### Aim of the exercise
Copy each line of the records below, from the first through the one that contains "#17=DIRECTION('',(1.,0.,0.));", exactly as written.

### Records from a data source
────────
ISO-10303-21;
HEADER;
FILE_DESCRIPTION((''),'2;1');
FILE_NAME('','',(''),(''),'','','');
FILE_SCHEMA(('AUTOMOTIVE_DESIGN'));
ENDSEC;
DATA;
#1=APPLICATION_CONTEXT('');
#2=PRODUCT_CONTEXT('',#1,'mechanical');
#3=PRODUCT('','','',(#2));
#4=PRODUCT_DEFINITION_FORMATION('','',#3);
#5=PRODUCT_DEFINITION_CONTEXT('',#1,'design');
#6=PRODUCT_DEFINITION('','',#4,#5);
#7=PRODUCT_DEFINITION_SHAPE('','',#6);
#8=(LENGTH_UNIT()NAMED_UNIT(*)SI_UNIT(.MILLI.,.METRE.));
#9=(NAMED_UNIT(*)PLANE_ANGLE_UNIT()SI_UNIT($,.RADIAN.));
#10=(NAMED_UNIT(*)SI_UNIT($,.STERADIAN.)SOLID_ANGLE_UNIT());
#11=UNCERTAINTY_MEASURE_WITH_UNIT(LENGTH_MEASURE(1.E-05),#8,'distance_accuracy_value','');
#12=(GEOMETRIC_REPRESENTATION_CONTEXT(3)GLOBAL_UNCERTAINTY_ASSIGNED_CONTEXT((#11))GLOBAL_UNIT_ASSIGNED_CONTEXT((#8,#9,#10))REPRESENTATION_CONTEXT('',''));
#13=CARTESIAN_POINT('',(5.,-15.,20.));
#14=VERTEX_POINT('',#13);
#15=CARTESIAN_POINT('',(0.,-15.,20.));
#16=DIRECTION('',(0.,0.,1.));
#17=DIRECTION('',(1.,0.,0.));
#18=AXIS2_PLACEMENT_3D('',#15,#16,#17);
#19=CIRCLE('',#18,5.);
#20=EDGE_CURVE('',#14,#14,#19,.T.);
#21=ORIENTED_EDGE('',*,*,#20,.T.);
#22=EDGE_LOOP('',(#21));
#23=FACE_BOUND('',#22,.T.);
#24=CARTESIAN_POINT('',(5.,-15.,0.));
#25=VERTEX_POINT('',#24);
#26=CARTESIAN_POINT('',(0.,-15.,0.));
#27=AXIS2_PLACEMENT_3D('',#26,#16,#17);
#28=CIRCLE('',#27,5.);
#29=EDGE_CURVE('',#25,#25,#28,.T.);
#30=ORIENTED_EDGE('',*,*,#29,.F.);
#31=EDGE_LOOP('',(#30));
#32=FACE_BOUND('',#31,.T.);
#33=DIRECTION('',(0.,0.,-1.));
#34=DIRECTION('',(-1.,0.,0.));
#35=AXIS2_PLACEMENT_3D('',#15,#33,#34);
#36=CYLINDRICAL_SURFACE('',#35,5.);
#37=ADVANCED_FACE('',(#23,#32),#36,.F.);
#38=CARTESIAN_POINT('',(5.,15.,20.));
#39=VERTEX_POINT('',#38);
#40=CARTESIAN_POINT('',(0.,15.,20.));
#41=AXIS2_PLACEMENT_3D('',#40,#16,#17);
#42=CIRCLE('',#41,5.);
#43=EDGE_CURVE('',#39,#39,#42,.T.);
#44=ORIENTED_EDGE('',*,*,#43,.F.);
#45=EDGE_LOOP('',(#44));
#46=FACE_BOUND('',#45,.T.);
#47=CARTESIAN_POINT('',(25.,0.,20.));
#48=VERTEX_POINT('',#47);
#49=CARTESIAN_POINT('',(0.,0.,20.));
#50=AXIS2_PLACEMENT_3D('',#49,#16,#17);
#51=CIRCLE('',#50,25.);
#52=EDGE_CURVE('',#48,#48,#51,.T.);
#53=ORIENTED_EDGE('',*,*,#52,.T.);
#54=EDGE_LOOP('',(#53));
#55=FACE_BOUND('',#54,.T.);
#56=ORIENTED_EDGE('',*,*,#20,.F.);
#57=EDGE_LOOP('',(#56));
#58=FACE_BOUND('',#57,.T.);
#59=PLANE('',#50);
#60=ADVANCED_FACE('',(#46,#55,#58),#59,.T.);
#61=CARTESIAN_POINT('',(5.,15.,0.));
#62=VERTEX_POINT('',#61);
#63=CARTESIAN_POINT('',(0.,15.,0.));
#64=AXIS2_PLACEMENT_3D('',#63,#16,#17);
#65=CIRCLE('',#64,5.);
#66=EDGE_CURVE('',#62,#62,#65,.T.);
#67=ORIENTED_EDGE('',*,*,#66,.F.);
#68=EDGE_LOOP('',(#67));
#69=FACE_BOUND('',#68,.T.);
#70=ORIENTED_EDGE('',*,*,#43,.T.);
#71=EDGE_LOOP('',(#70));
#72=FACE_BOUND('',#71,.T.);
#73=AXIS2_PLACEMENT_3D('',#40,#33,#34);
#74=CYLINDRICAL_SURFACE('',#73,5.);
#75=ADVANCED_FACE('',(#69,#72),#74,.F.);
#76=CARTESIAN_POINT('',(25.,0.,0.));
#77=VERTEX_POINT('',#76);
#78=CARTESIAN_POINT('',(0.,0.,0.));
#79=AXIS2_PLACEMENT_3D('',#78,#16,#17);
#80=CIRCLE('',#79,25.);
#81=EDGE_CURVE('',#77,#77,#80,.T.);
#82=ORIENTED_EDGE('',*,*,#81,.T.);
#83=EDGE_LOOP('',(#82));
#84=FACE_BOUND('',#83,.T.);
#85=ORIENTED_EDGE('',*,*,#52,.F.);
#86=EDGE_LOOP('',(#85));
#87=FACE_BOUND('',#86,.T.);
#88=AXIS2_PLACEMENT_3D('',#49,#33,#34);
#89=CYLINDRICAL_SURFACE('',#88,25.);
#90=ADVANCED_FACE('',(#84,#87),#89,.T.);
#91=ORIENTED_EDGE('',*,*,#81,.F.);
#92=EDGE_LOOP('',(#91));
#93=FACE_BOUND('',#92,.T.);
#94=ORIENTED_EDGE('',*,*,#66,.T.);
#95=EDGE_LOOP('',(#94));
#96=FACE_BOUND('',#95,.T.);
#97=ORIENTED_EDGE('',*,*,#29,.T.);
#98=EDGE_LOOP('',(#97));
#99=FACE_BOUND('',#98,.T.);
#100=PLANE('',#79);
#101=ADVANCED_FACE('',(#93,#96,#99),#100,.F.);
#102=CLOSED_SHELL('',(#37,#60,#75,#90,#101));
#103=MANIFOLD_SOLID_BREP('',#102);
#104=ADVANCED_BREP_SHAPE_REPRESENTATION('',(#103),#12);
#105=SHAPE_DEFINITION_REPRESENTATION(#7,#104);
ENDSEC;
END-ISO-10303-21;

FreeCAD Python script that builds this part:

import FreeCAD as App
import Part
import Sketcher

V = App.Vector
Q = App.Units.Quantity

doc = App.newDocument("Part")
body = doc.addObject("PartDesign::Body", "Body")

# Sketch on XY plane
sketch1 = body.newObject("Sketcher::SketchObject", "Sketch")
sketch1.AttachmentSupport = (doc.getObject("XY_Plane"), [""])
sketch1.MapMode = "FlatFace"
sketch1.addGeometry(Part.Circle(V(0, 0, 0), V(0, 0, 1), 25), False)
sketch1.addGeometry(Part.Circle(V(0, -15, 0), V(0, 0, 1), 5), False)
sketch1.addGeometry(Part.Circle(V(0, 15, 0), V(0, 0, 1), 5), False)
sketch1.addConstraint(Sketcher.Constraint("Coincident", 0, 3, -1, 1))
sketch1.addConstraint(Sketcher.Constraint("Equal", 1, 2))
sketch1.addConstraint(Sketcher.Constraint("Symmetric", 1, 3, 2, 3, -1, 1))
sketch1.addConstraint(Sketcher.Constraint("PointOnObject", 1, 3, -2))
sketch1.addConstraint(Sketcher.Constraint("Diameter", 0, Q("50 mm")))
sketch1.addConstraint(Sketcher.Constraint("Diameter", 1, Q("10 mm")))
sketch1.addConstraint(Sketcher.Constraint("DistanceY", 1, 3, -1, 1, Q("15 mm")))
pad1 = body.newObject("PartDesign::Pad", "Pad")
pad1.Profile = sketch1
pad1.Length = 20

doc.recompute()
────────
### Result of the exercise
ISO-10303-21;
HEADER;
FILE_DESCRIPTION((''),'2;1');
FILE_NAME('','',(''),(''),'','','');
FILE_SCHEMA(('AUTOMOTIVE_DESIGN'));
ENDSEC;
DATA;
#1=APPLICATION_CONTEXT('');
#2=PRODUCT_CONTEXT('',#1,'mechanical');
#3=PRODUCT('','','',(#2));
#4=PRODUCT_DEFINITION_FORMATION('','',#3);
#5=PRODUCT_DEFINITION_CONTEXT('',#1,'design');
#6=PRODUCT_DEFINITION('','',#4,#5);
#7=PRODUCT_DEFINITION_SHAPE('','',#6);
#8=(LENGTH_UNIT()NAMED_UNIT(*)SI_UNIT(.MILLI.,.METRE.));
#9=(NAMED_UNIT(*)PLANE_ANGLE_UNIT()SI_UNIT($,.RADIAN.));
#10=(NAMED_UNIT(*)SI_UNIT($,.STERADIAN.)SOLID_ANGLE_UNIT());
#11=UNCERTAINTY_MEASURE_WITH_UNIT(LENGTH_MEASURE(1.E-05),#8,'distance_accuracy_value','');
#12=(GEOMETRIC_REPRESENTATION_CONTEXT(3)GLOBAL_UNCERTAINTY_ASSIGNED_CONTEXT((#11))GLOBAL_UNIT_ASSIGNED_CONTEXT((#8,#9,#10))REPRESENTATION_CONTEXT('',''));
#13=CARTESIAN_POINT('',(5.,-15.,20.));
#14=VERTEX_POINT('',#13);
#15=CARTESIAN_POINT('',(0.,-15.,20.));
#16=DIRECTION('',(0.,0.,1.));
#17=DIRECTION('',(1.,0.,0.));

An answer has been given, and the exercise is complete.